Sue Rattray

Personal information
- Full name: Susan Joy Rattray
- Born: 18 December 1953 (age 72) Christchurch, Canterbury, New Zealand
- Batting: Right-handed
- Bowling: Right-arm off break
- Role: All-rounder
- Relations: Peter Rattray (brother)

International information
- National sides: International XI (1973–1982); New Zealand (1975–1985);
- Test debut (cap 66): 21 March 1975 New Zealand v Australia
- Last Test: 17 March 1985 New Zealand v India
- ODI debut (cap 9/21): 23 June 1973 International XI v England
- Last ODI: 24 March 1985 New Zealand v India

Domestic team information
- 1966/67–1984/85: Canterbury
- 1985/86–1987/88: North Shore

Career statistics
| Competition | WTest | WODI | WFC | WLA |
| Matches | 9 | 30 | 94 | 61 |
| Runs scored | 412 | 576 | 2,482 | 844 |
| Batting average | 27.46 | 27.42 | 27.57 | 22.81 |
| 100s/50s | 0/4 | 0/3 | 1/17 | 0/3 |
| Top score | 59 | 68 | 136* | 68 |
| Balls bowled | 1,128 | 1,441 | 8,948 | 2,929 |
| Wickets | 19 | 26 | 270 | 70 |
| Bowling average | 24.26 | 29.00 | 11.82 | 18.17 |
| 5 wickets in innings | 1 | 0 | 12 | 1 |
| 10 wickets in match | 0 | 0 | 2 | 0 |
| Best bowling | 5/76 | 4/33 | 7/10 | 5/24 |
| Catches/stumpings | 1/– | 4/– | 43/– | 10/– |
- Source: CricketArchive, 11 November 2021

= Sue Rattray =

New Zealand cricketer (born 1953)

Susan Joy Rattray (born 18 December 1953) is a New Zealand former cricketer who played as an all-rounder, batting right-handed and bowling right-arm off break.

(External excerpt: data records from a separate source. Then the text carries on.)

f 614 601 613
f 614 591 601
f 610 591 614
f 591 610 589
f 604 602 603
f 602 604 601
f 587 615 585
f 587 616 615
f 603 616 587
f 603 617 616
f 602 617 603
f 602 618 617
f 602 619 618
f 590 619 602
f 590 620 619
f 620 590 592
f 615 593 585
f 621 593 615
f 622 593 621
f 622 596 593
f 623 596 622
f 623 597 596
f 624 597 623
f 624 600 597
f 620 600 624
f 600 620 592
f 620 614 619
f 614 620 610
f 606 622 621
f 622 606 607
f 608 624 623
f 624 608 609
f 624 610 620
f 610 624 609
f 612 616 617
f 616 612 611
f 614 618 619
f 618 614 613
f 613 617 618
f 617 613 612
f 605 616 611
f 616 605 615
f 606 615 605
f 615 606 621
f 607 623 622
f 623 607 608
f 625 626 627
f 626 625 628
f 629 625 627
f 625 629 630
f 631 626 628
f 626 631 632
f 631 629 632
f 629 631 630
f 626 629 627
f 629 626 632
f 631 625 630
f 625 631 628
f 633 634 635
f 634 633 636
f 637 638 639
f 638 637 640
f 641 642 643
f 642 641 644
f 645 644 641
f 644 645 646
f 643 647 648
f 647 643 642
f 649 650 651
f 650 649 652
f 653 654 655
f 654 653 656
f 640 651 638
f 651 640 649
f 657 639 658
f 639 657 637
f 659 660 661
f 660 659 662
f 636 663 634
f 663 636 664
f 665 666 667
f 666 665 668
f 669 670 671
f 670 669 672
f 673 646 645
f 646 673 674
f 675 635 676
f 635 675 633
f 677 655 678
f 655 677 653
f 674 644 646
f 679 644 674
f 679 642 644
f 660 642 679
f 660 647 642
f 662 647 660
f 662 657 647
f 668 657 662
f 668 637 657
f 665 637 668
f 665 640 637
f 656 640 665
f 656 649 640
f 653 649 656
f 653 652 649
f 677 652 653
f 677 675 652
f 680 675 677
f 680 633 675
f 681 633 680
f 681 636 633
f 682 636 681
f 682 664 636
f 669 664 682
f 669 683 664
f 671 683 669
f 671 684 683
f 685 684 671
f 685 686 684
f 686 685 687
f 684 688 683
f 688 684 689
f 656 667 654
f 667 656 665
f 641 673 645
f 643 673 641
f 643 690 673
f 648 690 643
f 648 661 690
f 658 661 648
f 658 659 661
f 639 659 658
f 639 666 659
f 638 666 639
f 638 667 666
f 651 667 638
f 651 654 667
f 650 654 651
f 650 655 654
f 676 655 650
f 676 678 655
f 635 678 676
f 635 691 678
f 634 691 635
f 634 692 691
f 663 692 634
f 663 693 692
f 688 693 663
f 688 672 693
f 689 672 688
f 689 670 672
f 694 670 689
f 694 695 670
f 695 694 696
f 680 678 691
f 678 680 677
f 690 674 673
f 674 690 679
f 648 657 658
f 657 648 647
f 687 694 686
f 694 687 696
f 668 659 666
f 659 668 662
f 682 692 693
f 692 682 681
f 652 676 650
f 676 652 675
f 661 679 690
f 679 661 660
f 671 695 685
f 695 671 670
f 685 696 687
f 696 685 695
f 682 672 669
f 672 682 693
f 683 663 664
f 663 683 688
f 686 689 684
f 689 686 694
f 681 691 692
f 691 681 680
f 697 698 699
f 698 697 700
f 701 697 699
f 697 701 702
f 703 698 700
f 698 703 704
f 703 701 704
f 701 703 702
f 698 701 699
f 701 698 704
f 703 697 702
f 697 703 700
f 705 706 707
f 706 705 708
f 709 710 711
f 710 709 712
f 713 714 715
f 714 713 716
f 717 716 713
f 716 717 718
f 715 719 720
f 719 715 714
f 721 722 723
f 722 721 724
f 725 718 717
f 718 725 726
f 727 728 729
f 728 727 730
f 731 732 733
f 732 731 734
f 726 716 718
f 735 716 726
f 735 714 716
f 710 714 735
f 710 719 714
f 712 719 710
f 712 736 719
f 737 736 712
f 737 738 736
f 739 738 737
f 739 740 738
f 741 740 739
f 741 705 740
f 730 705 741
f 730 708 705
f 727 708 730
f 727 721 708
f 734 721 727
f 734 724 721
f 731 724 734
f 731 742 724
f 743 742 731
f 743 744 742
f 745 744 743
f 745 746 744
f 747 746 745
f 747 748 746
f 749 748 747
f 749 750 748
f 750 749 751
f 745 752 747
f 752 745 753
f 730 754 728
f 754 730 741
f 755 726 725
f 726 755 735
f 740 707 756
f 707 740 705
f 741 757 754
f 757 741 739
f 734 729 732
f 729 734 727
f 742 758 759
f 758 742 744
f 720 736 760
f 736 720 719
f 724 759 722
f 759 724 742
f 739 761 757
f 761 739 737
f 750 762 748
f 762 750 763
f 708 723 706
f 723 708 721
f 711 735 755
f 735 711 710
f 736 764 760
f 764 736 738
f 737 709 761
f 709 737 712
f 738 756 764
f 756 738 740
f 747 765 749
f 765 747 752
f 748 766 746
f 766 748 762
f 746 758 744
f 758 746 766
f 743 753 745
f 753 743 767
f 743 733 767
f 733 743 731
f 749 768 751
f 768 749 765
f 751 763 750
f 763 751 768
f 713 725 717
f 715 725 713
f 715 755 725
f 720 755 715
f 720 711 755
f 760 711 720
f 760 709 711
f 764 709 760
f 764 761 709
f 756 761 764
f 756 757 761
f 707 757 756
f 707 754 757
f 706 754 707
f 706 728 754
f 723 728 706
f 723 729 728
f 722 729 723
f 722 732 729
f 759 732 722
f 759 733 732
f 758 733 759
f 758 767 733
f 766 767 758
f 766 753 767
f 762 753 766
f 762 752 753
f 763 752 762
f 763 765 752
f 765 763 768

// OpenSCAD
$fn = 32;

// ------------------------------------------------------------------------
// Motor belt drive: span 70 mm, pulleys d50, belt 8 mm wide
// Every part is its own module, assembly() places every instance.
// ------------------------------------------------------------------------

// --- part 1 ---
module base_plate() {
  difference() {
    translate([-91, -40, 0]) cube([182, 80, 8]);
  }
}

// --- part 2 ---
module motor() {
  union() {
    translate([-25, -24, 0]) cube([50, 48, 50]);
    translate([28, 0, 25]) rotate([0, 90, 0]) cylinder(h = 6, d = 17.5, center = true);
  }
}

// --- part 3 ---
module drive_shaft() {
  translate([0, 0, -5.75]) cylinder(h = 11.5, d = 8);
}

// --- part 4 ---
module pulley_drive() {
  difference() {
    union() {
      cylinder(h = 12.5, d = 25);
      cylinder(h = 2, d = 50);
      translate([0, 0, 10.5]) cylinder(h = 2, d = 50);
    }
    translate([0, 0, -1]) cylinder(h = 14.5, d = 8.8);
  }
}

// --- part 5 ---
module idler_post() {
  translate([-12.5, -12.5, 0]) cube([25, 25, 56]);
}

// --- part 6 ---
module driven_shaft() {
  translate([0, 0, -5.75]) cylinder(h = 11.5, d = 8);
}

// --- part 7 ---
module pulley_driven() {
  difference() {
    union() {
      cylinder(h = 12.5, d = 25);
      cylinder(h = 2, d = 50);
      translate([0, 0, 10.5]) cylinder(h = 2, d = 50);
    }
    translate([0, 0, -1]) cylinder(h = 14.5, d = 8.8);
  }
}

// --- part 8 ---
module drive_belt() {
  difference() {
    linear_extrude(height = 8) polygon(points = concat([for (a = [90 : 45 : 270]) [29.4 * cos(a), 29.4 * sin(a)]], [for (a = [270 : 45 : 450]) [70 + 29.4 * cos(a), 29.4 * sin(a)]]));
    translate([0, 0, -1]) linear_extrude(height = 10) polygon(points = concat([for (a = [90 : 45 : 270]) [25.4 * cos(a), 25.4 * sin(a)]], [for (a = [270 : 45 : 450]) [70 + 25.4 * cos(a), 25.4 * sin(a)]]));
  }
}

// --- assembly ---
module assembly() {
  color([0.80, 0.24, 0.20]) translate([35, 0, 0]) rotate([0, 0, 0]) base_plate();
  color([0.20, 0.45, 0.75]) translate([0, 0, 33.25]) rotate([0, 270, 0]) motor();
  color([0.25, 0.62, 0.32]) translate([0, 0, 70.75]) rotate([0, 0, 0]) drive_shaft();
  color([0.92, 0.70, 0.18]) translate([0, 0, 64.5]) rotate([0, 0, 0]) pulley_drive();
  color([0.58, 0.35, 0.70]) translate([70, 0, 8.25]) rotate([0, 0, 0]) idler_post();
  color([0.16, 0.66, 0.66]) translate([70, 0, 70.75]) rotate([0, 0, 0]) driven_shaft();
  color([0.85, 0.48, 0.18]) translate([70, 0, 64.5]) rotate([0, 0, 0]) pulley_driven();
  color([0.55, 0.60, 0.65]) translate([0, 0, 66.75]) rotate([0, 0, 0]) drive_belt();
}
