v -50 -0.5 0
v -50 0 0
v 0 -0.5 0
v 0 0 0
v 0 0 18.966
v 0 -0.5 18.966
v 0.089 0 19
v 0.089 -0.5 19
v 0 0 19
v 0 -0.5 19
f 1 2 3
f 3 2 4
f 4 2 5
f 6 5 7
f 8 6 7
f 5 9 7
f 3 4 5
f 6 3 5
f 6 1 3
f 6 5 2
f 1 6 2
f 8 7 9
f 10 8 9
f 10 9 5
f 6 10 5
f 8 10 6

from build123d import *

# Parameters (mm, degrees)
F1_DEPTH = 0.5


# Not quite as in the source:
# - a feature names something its author has since deleted; it is built from what else it names


with BuildPart() as f1:
    # F0 (on Front) → F1 (new body)
    with BuildSketch(Plane.XZ):
        Polygon((0, 18.9663409947), (-50, 0), (0, 0), align=None)
    extrude(amount=F1_DEPTH)


with BuildPart() as f1b:
    # F0 (on Front) → F1, piece 2 (new body)
    with BuildSketch(Plane.XZ):
        Polygon((0, 19), (0, 18.9663409947), (0.0887335236, 19), align=None)
    extrude(amount=F1_DEPTH)


solid = Compound([f1.part, f1b.part])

She appeared in 9 Test matches and 15 One Day Internationals for New Zealand between 1975 and 1985. She also played 15 One Day Internationals for International XI at the two World Cups that they appeared at, in 1973 and 1982, and was the only player to appear for the side at both tournaments. She played domestic cricket for Canterbury and North Shore.